Al final Esquines se vio obligado a defenderse en un espectacular discurso de una acusación elaborada a medias entre Demóstenes y el también orador Timarco. Y concentrándose en el enemigo más débil, había pergeñado un tal retrato de las costumbres depravadas de este último que el aludido, sintiendo que el daño a su honra era irreparable, terminó por ahorcarse de un grueso pino a la entrada de la ciudad.

Desde entonces todo el mundo sabía que Esquines sólo esperaba la ocasión más propicia para rematar la faena.

—Son difamaciones. No podrá probar nada. Y aunque así fuera: si yo me hubiera beneficiado en algo, lo habría hecho en aras del bien común. Hasta las causas más justas necesitan dinero.

—Qué duda puede caber…

Cimón asintió contento de hallar un punto de encuentro. Hasta el momento Demóstenes lo había dejado hablar, emboscado tras su penetrante mirada. Había llegado a temer lo peor. No había sido el caso, pero había pasado un mal rato ahogándose en un mar de retorcidas justificaciones.

—Negarlo sería una ingenuidad —añadió, temiendo quedarse corto—. Y más en una situación tan delicada. Alguien debe pararle los pies a este Marte macedón…

La expresión se la había oído al propio Demóstenes y surtió un efecto inmediato.

—¡No me lo mientes!

El orador no podía escuchar aquel nombre sin que se le disparara la maquinaria de producir argumentos antimacedonios.

—El supuesto libertador. ¿Qué ha hecho aparte de imponer por donde pasa su propio yugo?

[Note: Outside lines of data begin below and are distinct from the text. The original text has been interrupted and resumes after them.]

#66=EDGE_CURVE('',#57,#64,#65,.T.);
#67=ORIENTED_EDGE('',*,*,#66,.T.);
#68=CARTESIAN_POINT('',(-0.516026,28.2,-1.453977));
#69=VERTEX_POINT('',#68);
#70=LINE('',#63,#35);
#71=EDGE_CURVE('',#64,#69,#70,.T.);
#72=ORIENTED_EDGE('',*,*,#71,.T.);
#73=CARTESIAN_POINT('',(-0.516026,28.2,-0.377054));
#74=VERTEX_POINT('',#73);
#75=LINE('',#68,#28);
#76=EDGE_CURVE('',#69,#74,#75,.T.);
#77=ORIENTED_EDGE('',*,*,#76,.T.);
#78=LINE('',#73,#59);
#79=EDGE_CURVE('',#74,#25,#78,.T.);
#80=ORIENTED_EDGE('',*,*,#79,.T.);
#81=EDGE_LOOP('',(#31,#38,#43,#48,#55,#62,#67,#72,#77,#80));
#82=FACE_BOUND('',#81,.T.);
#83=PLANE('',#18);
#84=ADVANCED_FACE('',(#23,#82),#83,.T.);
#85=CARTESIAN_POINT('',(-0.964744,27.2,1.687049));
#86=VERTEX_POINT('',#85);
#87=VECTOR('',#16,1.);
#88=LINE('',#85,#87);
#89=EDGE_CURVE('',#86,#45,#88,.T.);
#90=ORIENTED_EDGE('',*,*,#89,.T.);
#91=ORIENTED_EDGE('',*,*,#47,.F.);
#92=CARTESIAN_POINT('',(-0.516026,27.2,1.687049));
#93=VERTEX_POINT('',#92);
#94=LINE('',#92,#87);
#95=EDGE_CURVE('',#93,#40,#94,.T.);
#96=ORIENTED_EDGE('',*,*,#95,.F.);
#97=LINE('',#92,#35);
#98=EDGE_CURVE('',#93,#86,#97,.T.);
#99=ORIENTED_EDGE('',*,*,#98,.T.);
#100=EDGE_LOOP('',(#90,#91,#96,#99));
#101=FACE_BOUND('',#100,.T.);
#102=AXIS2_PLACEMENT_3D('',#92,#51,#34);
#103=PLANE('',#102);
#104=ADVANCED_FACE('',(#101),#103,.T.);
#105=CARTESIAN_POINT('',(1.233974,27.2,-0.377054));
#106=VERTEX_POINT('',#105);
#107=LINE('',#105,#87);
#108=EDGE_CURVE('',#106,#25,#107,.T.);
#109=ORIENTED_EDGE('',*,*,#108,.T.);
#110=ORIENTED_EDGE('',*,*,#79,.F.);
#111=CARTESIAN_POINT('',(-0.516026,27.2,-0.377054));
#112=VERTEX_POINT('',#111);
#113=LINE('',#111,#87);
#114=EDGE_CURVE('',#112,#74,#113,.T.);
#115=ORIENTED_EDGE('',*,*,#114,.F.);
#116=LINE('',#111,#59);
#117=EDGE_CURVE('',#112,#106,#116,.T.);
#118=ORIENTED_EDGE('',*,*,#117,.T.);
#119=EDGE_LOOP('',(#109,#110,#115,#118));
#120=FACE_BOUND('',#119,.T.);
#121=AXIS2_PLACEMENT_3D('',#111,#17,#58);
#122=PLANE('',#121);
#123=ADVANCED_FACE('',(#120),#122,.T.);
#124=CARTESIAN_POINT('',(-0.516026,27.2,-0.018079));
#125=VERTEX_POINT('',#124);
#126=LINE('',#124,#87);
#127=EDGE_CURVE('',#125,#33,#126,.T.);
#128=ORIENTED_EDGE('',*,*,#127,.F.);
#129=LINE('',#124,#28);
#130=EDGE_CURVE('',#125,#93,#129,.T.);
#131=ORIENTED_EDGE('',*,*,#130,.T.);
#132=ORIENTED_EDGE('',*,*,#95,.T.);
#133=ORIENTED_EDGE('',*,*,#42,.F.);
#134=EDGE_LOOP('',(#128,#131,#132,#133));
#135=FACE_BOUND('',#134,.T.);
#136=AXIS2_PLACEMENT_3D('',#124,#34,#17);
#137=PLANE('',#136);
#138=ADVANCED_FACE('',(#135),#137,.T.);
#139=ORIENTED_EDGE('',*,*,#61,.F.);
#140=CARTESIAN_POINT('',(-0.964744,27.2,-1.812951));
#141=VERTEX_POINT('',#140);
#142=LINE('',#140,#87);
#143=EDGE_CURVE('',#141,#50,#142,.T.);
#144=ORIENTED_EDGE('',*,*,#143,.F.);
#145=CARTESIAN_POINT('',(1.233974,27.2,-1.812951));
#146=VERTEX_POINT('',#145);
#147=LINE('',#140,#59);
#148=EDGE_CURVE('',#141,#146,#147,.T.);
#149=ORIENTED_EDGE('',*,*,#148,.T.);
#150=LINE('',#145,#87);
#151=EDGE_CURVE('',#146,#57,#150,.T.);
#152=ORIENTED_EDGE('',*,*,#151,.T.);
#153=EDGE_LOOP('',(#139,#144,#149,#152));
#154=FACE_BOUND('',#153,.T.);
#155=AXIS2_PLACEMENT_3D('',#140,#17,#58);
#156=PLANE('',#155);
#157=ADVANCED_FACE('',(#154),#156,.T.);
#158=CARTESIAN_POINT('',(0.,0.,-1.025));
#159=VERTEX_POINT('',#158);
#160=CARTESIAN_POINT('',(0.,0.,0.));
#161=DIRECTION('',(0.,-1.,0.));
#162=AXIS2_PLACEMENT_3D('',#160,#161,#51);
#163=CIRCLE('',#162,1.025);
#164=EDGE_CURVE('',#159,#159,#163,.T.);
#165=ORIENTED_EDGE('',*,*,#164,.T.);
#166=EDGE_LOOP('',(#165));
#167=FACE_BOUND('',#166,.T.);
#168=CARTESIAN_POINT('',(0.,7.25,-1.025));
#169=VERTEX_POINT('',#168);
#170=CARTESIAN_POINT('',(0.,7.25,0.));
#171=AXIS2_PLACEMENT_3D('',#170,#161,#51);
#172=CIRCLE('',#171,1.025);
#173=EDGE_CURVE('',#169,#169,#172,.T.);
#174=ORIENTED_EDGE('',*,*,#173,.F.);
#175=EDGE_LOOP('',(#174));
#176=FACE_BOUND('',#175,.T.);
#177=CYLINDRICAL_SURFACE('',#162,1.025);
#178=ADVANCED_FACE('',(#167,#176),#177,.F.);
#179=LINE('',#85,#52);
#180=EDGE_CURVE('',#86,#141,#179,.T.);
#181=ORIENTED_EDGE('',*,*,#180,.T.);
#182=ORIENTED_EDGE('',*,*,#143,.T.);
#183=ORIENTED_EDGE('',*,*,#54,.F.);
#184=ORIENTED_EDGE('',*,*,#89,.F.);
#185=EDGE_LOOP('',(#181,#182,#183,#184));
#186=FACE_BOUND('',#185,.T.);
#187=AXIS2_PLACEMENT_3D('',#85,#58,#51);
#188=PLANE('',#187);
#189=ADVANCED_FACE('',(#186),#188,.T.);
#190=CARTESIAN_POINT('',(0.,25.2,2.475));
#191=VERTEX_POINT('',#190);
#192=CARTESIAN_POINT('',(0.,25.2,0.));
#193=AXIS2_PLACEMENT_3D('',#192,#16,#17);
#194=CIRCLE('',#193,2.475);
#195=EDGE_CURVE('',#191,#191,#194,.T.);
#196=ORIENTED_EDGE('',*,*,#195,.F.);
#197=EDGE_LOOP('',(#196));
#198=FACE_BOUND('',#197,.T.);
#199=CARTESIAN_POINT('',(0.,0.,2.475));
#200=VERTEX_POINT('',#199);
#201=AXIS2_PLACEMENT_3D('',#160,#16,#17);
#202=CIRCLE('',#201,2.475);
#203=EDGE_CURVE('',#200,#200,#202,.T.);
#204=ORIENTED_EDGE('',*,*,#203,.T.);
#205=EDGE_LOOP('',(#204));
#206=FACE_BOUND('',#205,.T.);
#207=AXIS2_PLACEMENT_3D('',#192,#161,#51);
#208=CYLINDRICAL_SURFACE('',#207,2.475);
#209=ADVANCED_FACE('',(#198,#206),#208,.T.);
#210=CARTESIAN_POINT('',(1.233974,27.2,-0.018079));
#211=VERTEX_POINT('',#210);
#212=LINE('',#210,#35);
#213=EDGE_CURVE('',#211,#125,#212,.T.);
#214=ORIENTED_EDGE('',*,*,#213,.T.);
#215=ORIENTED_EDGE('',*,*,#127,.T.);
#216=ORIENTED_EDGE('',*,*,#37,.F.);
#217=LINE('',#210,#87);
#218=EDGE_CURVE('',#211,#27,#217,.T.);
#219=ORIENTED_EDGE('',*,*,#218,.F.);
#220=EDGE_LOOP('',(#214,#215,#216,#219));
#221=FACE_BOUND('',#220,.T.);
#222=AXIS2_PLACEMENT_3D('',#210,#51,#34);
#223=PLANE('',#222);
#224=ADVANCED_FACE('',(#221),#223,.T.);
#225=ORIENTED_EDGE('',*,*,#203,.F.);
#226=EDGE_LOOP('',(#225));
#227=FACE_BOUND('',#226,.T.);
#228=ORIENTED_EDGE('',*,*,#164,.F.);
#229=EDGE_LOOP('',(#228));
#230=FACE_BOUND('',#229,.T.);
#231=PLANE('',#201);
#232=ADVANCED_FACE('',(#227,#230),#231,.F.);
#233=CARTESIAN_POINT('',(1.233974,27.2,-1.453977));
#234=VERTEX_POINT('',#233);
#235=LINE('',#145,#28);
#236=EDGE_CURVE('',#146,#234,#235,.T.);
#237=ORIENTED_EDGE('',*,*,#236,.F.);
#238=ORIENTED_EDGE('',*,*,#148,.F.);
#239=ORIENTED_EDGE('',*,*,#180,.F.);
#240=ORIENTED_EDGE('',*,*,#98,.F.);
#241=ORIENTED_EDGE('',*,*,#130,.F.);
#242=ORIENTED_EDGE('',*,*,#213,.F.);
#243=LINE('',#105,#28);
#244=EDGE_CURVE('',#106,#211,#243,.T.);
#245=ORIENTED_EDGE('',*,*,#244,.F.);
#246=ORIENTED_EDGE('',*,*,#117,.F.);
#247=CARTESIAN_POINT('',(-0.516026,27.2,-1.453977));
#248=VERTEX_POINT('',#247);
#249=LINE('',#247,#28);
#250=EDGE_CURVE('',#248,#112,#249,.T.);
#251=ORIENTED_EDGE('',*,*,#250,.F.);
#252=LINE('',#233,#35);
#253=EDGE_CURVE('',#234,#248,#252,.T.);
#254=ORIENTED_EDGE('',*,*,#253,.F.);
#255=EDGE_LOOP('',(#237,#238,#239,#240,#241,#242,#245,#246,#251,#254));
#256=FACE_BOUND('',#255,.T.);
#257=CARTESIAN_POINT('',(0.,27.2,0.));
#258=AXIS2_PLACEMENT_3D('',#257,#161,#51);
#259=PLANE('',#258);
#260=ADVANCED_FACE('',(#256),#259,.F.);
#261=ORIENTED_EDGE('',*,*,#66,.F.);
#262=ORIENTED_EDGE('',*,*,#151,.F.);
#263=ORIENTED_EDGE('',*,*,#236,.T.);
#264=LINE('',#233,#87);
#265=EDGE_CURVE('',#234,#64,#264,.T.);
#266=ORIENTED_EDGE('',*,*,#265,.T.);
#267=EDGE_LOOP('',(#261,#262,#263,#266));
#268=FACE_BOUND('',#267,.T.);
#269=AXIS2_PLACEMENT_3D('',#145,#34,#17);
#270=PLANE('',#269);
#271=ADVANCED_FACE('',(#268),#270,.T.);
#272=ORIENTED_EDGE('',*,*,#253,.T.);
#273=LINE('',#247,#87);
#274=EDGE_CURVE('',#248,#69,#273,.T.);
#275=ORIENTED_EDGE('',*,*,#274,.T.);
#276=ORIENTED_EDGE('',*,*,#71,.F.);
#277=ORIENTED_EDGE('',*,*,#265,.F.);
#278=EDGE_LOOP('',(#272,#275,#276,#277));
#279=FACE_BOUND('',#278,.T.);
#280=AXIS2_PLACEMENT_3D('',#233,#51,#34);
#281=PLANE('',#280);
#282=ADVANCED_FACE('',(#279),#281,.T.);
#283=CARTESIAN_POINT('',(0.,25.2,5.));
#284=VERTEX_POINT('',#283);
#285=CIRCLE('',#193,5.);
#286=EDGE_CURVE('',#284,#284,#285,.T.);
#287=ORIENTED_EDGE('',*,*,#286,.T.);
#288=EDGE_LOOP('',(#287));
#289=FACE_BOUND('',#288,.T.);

Las ciudades libres, ¿lo son más que antes? Y las que no lo eran, ¿han cambiado en algo más allá del nombre del tirano? Alejandro nos toma el pelo. Si tanto ama la democracia, ¿por qué no la impone a todos? Y si lo que quería era liberar a los griegos, ¿qué demonios hacen avanzando hacia Egipto…? ¿Por qué no acepta las condiciones que le ha ofrecido Darío?

—Efectivamente. ¿Cuál es su plan…?

—¿Que cuál es? Lo pienso decir pasado mañana en el Pnyx: sueña con conquistar el mundo. ¡Es el Jerjes de nuestra época!

Era una de las imágenes con las que esperaba impresionar a la Asamblea. La declinaría una docena de veces de la manera más plástica posible para que se le quedara clavada en la mente a su auditorio. A lo mejor todavía no era un tirano sanguinario pero acabaría por serlo. A Demóstenes no le engañaba. Un carácter así estaba condenado a mostrar tarde o temprano su peor faceta.

—El Jerjes de nuestra época… —repitió Cimón que parecía enfriarse a medida que se calentaba su interlocutor—. Desde luego… Es muy posible…

Esta vez abrió la puerta.

Era por la tarde y muchos atenienses se encaminaban a las barberías.

—Pero ¿conseguirá conquistar, no ya el Imperio, sino tomar Tiro…?

—Lo conseguirá, no te quepa la menor duda. Ya van seis meses de asedio y según las últimas noticias una flota de chipriotas y fenicios ha acudido en su ayuda… La oferta de Darío les ha sentado mal. No les ha gustado que se los utilice como moneda de cambio y han tomado abiertamente partido… Ha sido una torpeza más de los persas… Con ese apoyo Tiro no resistirá más allá de unos pocos días…

—Si tú lo dices…

Cimón se encogió de hombros.

En realidad él coincidía plenamente con los partidarios de Esquines en que lo que necesitaban los griegos era una férula severa. En el fondo no veía con tan malos ojos que alguien los unificara. Al mismo tiempo, ¿a quién no le inquietaba la idea del advenimiento de un «nuevo Jerjes»…?

—Bueno…

Sonrió sin alegría y con ganas de irse.

—Ocúpate con provecho.

—Lo mismo te digo. Goza de buena salud…

Los dos hombres se violentaron para estrecharse la mano, un gesto solemne que los griegos reservaban para los acuerdos importantes. A Demóstenes le dolía la boca de tanto sonreír. Cuando Cimón desapareció entre la muchedumbre cerró la puerta. Su mujer había escuchado el final de la conversación y bajaba en ese momento del gineceo.